Problem description
From the data that follows, print exactly the lines starting at the one containing "f 177 184 188" and ending at the one containing "f 205 202 204"; include both of them and nothing more.

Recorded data
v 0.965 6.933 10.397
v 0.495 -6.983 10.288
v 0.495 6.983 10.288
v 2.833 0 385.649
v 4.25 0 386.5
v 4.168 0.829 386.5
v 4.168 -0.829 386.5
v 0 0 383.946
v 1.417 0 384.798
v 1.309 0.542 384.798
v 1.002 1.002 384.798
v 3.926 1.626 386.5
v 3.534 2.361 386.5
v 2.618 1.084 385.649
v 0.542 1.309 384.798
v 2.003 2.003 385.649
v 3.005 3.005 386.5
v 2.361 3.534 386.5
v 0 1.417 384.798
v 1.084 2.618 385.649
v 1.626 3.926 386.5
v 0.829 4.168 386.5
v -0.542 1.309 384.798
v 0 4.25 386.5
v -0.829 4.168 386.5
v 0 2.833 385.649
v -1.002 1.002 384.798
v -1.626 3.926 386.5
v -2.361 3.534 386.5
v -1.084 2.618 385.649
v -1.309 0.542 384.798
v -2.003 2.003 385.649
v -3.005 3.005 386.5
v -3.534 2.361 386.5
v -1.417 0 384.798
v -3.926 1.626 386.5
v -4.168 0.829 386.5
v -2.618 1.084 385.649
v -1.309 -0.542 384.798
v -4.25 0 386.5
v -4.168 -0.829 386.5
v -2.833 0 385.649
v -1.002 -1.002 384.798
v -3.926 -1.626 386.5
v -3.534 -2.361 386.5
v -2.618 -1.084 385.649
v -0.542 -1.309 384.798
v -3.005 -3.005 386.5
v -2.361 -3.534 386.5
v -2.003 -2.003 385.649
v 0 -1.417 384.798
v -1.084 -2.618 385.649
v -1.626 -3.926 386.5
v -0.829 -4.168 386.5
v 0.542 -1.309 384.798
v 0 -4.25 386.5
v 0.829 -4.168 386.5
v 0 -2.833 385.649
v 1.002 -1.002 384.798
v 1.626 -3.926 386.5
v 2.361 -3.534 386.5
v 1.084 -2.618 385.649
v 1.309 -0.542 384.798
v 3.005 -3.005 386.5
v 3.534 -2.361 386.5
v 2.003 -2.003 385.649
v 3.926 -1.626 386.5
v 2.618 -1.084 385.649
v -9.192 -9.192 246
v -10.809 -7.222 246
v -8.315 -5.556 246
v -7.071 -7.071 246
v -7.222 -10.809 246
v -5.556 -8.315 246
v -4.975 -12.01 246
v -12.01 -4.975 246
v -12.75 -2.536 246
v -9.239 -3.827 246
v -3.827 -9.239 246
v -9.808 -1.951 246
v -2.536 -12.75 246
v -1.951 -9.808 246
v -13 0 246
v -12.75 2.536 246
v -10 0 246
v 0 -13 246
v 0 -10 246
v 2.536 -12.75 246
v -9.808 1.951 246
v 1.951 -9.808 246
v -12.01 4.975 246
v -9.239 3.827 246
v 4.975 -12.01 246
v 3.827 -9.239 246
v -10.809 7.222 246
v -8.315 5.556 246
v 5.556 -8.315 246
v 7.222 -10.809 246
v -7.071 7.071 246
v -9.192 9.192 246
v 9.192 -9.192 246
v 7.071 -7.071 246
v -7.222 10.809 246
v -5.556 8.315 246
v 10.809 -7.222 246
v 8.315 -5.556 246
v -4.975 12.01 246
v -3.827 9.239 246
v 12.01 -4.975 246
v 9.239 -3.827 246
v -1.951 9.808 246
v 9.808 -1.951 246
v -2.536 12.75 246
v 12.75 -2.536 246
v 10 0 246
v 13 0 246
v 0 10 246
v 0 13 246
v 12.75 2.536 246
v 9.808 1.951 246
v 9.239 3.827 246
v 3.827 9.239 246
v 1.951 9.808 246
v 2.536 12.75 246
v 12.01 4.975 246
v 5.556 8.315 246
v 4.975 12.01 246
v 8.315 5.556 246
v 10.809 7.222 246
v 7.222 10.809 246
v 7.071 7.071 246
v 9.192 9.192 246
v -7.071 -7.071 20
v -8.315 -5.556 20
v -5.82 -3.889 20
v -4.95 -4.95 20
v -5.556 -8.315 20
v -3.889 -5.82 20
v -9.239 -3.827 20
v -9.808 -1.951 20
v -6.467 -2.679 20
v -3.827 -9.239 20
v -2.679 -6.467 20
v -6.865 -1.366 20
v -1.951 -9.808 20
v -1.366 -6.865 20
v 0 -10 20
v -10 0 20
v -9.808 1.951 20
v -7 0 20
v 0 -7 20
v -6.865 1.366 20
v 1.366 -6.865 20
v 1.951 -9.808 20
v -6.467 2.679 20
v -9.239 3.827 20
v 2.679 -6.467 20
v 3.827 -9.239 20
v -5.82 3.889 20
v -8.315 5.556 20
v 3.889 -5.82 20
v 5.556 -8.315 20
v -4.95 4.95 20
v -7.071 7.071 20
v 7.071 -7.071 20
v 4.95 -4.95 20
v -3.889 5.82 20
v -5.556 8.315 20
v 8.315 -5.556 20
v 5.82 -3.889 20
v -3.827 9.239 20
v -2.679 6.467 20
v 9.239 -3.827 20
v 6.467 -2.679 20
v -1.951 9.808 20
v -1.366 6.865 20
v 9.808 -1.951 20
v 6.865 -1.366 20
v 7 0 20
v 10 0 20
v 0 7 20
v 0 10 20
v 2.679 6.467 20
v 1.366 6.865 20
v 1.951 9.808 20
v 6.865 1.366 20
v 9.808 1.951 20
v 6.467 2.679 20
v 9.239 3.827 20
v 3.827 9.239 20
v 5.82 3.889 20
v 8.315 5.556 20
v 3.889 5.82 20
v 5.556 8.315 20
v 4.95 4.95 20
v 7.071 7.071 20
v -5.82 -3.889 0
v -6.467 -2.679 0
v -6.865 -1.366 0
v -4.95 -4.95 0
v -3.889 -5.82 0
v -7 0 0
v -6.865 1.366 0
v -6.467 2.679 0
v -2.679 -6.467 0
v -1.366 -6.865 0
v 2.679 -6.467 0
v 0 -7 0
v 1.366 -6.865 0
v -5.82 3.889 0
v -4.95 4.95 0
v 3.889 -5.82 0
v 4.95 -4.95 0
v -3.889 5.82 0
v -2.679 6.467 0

==

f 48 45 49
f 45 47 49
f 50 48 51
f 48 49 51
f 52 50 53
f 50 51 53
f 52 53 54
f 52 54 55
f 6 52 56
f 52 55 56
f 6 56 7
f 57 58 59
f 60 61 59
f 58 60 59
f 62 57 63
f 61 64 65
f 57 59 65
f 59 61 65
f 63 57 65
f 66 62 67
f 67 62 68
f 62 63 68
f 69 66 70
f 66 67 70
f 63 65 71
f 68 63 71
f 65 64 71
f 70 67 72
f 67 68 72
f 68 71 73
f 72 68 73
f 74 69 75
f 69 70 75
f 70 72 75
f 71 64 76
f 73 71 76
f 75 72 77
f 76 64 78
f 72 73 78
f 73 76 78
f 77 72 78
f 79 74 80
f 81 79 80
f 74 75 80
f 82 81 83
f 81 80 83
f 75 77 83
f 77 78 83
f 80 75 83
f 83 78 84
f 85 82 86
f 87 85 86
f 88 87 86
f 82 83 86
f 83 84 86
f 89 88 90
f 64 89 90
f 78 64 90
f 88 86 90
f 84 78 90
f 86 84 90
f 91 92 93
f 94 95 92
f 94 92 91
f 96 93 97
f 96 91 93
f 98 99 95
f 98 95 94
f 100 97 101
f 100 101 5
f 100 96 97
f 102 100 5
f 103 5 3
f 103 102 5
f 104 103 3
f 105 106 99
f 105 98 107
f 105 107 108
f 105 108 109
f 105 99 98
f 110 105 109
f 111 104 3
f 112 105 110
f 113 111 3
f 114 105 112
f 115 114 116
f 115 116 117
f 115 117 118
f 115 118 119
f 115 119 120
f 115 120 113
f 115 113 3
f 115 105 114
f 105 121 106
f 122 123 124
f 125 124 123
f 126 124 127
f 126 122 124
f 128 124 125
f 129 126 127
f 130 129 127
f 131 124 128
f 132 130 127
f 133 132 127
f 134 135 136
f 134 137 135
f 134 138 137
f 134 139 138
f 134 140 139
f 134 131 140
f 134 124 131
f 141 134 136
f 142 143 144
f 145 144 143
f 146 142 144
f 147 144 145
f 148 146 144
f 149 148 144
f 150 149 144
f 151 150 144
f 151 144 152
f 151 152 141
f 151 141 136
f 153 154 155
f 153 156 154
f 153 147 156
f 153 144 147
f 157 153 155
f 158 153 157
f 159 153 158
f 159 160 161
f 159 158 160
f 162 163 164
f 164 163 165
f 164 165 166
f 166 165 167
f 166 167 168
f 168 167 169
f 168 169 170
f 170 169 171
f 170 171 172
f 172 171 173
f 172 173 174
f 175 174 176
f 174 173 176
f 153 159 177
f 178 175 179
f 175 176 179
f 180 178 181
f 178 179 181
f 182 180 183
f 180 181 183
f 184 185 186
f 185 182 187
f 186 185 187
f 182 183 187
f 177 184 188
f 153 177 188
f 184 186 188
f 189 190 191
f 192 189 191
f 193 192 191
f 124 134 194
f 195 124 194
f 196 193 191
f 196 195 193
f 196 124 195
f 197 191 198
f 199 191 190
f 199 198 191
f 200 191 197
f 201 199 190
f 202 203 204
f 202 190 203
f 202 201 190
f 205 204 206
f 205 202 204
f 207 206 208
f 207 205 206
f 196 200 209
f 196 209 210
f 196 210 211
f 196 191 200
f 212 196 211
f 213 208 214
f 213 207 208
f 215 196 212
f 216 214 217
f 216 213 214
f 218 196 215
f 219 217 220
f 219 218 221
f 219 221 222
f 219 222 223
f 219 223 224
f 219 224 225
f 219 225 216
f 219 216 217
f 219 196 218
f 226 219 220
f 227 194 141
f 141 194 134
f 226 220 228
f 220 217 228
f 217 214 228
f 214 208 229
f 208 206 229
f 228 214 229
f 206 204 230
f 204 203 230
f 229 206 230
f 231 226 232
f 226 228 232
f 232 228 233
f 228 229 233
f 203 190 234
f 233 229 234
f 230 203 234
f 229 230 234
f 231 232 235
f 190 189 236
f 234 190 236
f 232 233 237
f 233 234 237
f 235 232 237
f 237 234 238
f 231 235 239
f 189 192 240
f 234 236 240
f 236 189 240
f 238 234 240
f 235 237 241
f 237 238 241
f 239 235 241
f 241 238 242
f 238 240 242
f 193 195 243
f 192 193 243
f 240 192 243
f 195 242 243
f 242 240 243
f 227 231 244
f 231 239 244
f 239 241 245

Completed exercise
f 177 184 188
f 153 177 188
f 184 186 188
f 189 190 191
f 192 189 191
f 193 192 191
f 124 134 194
f 195 124 194
f 196 193 191
f 196 195 193
f 196 124 195
f 197 191 198
f 199 191 190
f 199 198 191
f 200 191 197
f 201 199 190
f 202 203 204
f 202 190 203
f 202 201 190
f 205 204 206
f 205 202 204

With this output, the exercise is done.